The objective of this preliminary study was to explore differences between the intervention group, which underwent two neuromodulation sessions, to ascertain whether this method enhanced player recovery, and the placebo group, which did not undergo NESA microcurrents. Analysis of hormone levels during the intervention revealed no significant differences between weeks in terms of cortisol, testosterone, and the testosterone:cortisol (T:C) ratio, although a decrease in testosterone and T:C ratio was observed in both groups, likely attributable to the stress and mental fatigue experienced in weeks four and five. The team’s strength and conditioning coach provided a contextual log for the intervention weeks. The week four post-match period began with a two-day lockdown of the players due to COVID-19, followed by PCR testing and a midweek home match on Wednesday without any training sessions. They played another home match on Sunday, resulting in a loss. Week five was finals week, during which the team trained for five consecutive days. The coaching staff noted a general sense of stress within the team atmosphere, compounded by travel of more than seven hours by bus, culminating in a loss in the final match on Sunday.
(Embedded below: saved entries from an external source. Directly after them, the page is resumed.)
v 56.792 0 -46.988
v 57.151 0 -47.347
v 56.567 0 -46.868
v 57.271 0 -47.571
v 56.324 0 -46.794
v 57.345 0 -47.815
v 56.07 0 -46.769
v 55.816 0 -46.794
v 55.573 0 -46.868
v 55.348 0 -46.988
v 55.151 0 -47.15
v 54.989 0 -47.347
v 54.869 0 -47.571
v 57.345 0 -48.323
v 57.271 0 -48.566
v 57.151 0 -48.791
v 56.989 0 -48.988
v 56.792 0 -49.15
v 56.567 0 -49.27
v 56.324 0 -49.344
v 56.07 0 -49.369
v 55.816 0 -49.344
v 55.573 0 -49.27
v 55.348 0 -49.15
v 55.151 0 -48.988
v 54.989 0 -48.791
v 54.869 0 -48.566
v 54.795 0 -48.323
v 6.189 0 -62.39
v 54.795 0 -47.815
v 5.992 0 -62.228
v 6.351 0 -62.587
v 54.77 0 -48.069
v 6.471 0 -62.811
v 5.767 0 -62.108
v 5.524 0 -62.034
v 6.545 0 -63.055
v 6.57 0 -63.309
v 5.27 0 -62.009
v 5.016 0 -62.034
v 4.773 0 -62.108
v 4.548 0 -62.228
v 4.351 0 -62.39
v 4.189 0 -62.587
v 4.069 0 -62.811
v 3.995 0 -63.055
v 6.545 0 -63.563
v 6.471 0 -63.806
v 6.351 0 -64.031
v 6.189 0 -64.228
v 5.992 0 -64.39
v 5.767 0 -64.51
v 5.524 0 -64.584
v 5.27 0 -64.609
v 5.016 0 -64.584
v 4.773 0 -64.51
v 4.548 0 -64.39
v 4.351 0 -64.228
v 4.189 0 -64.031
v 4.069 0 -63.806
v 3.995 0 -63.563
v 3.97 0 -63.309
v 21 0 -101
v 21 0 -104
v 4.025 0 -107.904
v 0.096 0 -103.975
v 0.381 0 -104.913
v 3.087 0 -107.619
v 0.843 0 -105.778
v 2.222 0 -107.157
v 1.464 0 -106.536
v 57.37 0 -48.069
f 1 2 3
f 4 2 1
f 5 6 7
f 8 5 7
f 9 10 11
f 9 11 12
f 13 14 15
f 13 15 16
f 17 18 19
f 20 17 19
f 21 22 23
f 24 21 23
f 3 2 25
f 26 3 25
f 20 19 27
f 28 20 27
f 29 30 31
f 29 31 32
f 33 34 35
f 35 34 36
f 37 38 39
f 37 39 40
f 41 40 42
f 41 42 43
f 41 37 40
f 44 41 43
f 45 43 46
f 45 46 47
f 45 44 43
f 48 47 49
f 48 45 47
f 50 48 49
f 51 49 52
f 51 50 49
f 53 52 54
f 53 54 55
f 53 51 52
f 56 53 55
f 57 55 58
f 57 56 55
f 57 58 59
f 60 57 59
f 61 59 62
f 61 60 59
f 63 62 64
Previous studies have reported an association between basketball players’ mood and testosterone and cortisol concentrations before and after a game [12]. This finding may elucidate the decline in testosterone levels in both groups, attributed to the observed anxious and stressful environment noted by the coaching staff.

Arruda et al. [7] also observed significant differences in testosterone concentration before training, with lower concentrations observed compared to before a competitive match. Similarly, higher pre- and post-match cortisol levels were observed in games as particularly challenging in medium-difficulty matches. These findings align with the elevated cortisol levels found in the placebo group, while the intervention group exhibited maintenance of these levels. Future research could potentially investigate the use of alternating microcurrents to help maintain cortisol values during critical weeks, such as those during a professional basketball team’s playoff.
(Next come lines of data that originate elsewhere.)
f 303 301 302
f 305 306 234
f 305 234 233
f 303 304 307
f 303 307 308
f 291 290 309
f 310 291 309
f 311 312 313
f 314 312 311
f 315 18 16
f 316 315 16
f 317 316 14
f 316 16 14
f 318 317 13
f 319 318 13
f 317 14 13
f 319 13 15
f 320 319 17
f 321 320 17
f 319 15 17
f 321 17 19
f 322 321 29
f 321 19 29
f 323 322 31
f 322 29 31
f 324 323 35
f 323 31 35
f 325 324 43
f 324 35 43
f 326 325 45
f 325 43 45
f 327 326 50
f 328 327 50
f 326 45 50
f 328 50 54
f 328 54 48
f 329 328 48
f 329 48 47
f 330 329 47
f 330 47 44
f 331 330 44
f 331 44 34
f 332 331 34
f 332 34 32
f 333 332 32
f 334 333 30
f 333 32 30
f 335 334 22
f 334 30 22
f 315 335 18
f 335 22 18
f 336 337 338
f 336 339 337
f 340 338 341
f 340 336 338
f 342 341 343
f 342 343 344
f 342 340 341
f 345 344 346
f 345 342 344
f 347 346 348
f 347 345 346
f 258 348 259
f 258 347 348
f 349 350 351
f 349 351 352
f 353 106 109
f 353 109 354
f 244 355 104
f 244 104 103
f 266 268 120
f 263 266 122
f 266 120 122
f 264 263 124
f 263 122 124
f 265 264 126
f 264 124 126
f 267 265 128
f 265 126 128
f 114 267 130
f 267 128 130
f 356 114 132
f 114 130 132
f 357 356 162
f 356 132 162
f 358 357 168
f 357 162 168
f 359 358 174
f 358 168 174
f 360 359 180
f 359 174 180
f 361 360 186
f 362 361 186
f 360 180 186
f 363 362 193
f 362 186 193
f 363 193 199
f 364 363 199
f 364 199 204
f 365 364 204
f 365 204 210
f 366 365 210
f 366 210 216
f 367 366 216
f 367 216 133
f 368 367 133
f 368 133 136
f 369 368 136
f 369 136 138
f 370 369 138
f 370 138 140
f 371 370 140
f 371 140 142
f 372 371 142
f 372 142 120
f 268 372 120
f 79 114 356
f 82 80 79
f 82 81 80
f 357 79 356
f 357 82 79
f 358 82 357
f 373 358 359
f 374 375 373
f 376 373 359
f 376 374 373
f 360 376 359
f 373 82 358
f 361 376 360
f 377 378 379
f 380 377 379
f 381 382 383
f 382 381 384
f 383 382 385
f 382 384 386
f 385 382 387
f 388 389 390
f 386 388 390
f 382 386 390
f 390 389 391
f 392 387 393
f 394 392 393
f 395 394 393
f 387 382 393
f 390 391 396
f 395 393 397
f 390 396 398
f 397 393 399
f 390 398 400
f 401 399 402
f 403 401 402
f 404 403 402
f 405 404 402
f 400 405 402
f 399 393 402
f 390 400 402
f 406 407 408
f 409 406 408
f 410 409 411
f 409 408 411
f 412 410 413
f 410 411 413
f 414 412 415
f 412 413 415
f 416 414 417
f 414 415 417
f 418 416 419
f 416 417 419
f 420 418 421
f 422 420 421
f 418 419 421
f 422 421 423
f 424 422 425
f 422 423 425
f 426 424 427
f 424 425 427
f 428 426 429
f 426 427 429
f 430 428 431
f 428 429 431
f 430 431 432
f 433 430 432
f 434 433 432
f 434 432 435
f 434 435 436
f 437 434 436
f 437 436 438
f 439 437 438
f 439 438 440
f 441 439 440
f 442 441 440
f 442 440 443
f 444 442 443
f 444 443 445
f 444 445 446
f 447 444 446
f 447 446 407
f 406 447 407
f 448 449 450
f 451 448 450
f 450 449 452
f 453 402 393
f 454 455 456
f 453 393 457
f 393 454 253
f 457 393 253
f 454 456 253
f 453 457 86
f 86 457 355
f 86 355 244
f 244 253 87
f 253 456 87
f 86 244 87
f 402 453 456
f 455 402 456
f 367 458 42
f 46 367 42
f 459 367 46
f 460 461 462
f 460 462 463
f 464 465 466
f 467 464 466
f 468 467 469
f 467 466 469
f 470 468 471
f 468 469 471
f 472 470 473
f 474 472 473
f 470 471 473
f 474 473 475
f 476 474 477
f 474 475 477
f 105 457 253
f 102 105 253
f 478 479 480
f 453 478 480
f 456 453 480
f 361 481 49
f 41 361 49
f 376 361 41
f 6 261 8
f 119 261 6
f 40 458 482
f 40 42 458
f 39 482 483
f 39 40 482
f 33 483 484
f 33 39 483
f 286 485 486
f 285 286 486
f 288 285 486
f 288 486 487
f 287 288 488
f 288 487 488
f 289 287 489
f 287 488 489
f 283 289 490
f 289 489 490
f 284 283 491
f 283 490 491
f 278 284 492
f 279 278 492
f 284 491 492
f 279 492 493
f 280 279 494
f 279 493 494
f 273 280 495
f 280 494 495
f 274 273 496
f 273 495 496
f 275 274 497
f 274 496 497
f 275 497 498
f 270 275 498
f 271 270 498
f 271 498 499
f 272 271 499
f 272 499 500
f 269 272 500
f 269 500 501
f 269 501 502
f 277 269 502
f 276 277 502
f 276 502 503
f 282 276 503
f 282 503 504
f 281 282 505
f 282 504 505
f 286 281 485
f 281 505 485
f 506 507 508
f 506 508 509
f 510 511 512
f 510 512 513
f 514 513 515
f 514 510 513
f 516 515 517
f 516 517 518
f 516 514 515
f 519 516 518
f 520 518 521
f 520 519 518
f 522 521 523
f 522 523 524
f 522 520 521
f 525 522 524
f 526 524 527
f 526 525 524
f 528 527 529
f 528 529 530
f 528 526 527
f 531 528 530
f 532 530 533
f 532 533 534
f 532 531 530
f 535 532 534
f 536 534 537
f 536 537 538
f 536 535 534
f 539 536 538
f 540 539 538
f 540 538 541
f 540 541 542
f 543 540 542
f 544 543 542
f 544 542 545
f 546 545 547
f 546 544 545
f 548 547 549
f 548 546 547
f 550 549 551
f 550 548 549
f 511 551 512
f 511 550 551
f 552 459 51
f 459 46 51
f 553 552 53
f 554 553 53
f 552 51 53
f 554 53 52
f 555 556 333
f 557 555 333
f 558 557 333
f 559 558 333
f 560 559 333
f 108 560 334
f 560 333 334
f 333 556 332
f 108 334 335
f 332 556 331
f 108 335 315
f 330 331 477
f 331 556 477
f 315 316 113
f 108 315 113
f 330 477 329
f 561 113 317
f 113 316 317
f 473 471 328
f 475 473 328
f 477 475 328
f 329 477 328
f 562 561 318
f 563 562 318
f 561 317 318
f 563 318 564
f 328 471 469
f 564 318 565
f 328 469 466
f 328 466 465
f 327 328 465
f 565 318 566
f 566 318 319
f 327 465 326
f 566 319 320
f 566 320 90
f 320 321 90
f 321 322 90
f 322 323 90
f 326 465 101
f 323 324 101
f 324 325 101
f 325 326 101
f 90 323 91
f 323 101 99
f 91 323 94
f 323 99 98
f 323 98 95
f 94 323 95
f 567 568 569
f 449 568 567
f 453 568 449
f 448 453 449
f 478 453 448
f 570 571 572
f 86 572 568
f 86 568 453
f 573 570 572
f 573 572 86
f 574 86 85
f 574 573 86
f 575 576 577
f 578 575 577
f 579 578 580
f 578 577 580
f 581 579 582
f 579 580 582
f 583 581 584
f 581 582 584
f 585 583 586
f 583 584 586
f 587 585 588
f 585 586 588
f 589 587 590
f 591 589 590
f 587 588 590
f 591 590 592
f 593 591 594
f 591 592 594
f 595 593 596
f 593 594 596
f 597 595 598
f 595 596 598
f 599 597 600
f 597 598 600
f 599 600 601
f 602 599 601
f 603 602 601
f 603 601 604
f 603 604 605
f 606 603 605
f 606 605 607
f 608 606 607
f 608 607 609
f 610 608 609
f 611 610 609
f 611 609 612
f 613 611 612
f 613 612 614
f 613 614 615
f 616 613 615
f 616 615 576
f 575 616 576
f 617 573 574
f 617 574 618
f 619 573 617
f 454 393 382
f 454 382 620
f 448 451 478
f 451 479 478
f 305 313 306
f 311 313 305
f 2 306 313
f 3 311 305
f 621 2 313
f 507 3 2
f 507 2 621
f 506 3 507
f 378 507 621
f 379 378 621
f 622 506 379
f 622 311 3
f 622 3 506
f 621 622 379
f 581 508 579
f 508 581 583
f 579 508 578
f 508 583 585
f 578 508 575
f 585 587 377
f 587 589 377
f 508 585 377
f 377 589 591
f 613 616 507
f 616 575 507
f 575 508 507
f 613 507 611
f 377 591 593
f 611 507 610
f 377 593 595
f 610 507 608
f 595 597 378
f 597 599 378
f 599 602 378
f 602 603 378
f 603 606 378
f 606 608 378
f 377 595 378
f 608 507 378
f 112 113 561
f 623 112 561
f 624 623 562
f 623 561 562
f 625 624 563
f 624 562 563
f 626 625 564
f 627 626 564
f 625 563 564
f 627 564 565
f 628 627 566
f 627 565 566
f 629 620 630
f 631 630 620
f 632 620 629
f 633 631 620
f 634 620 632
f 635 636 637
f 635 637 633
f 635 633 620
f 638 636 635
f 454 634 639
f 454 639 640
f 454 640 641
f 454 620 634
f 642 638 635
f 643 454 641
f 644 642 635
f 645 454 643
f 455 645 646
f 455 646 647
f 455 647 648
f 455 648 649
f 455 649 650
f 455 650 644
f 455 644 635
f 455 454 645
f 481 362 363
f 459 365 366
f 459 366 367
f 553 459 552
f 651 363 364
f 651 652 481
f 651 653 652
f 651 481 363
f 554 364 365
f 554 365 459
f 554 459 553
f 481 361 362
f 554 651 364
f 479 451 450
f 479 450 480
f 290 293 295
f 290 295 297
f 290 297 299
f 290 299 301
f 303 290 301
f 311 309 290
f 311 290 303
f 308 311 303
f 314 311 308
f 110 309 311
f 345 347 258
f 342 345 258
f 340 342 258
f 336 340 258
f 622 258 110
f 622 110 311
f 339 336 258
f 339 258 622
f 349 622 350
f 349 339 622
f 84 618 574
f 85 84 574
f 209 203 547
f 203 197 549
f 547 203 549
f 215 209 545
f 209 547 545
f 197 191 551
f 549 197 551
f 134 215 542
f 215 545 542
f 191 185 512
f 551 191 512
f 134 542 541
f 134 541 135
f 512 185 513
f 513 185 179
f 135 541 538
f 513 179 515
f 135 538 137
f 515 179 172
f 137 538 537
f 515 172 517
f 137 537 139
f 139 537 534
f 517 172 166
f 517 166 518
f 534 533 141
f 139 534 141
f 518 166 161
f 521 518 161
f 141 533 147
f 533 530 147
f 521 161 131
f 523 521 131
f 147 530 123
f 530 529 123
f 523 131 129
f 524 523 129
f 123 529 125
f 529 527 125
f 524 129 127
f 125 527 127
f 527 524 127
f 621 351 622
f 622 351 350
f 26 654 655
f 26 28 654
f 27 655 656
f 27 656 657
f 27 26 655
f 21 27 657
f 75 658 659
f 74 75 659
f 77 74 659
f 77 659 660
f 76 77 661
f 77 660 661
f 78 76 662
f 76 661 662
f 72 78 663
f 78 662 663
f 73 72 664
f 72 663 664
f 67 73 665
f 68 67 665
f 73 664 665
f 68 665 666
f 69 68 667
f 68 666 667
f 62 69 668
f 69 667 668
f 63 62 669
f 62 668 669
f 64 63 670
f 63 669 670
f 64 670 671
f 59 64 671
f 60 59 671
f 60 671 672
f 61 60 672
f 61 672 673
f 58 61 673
Our research is a preliminary study conducted using NESA noninvasive neuromodulation in the elite sports setting. However, there are some limitations to be reported: (1) a small sample size collected, as the data were collected from a single basketball team (2); Oura is a consumer-grade, not research-grade, device and it is convenient but not highly accurate; (3) the lack of ANS activity analysis to understand better the sleep-stage-dependent influence of NESA. Therefore, further studies with a larger sample size in other sports are required, and comparisons should be drawn with coordination, strength, and HRV aspects to obtain a better understanding of the relationship between basketballers’ performance and sleep quality improvement. Future research should seek to fine-tune biomarker variables and replicate these methods in follow-up studies.

5. Conclusions

NESA noninvasive neuromodulation appears to be an effective treatment for improving sleep quality, specifically in the REM phase, duration, and total duration during the night in elite athletes. This could potentially open an interesting research avenue in the neuromodulation of the autonomic nervous system and its relationship with sleep quality as an integral part of daily recovery techniques in elite sports. Regarding biomarkers, significant differences were observed for cortisol between the intervention and placebo groups. However, further studies are warranted to confirm the causal relationship between cortisol levels and NESA noninvasive neuromodulation. It is imperative to exercise caution in interpreting these findings given the preliminary nature of this study. Nevertheless, in conclusion, NESA noninvasive neuromodulation presents a promising approach for easily and superficially modulating the autonomic endogenous function and improving sleep quality.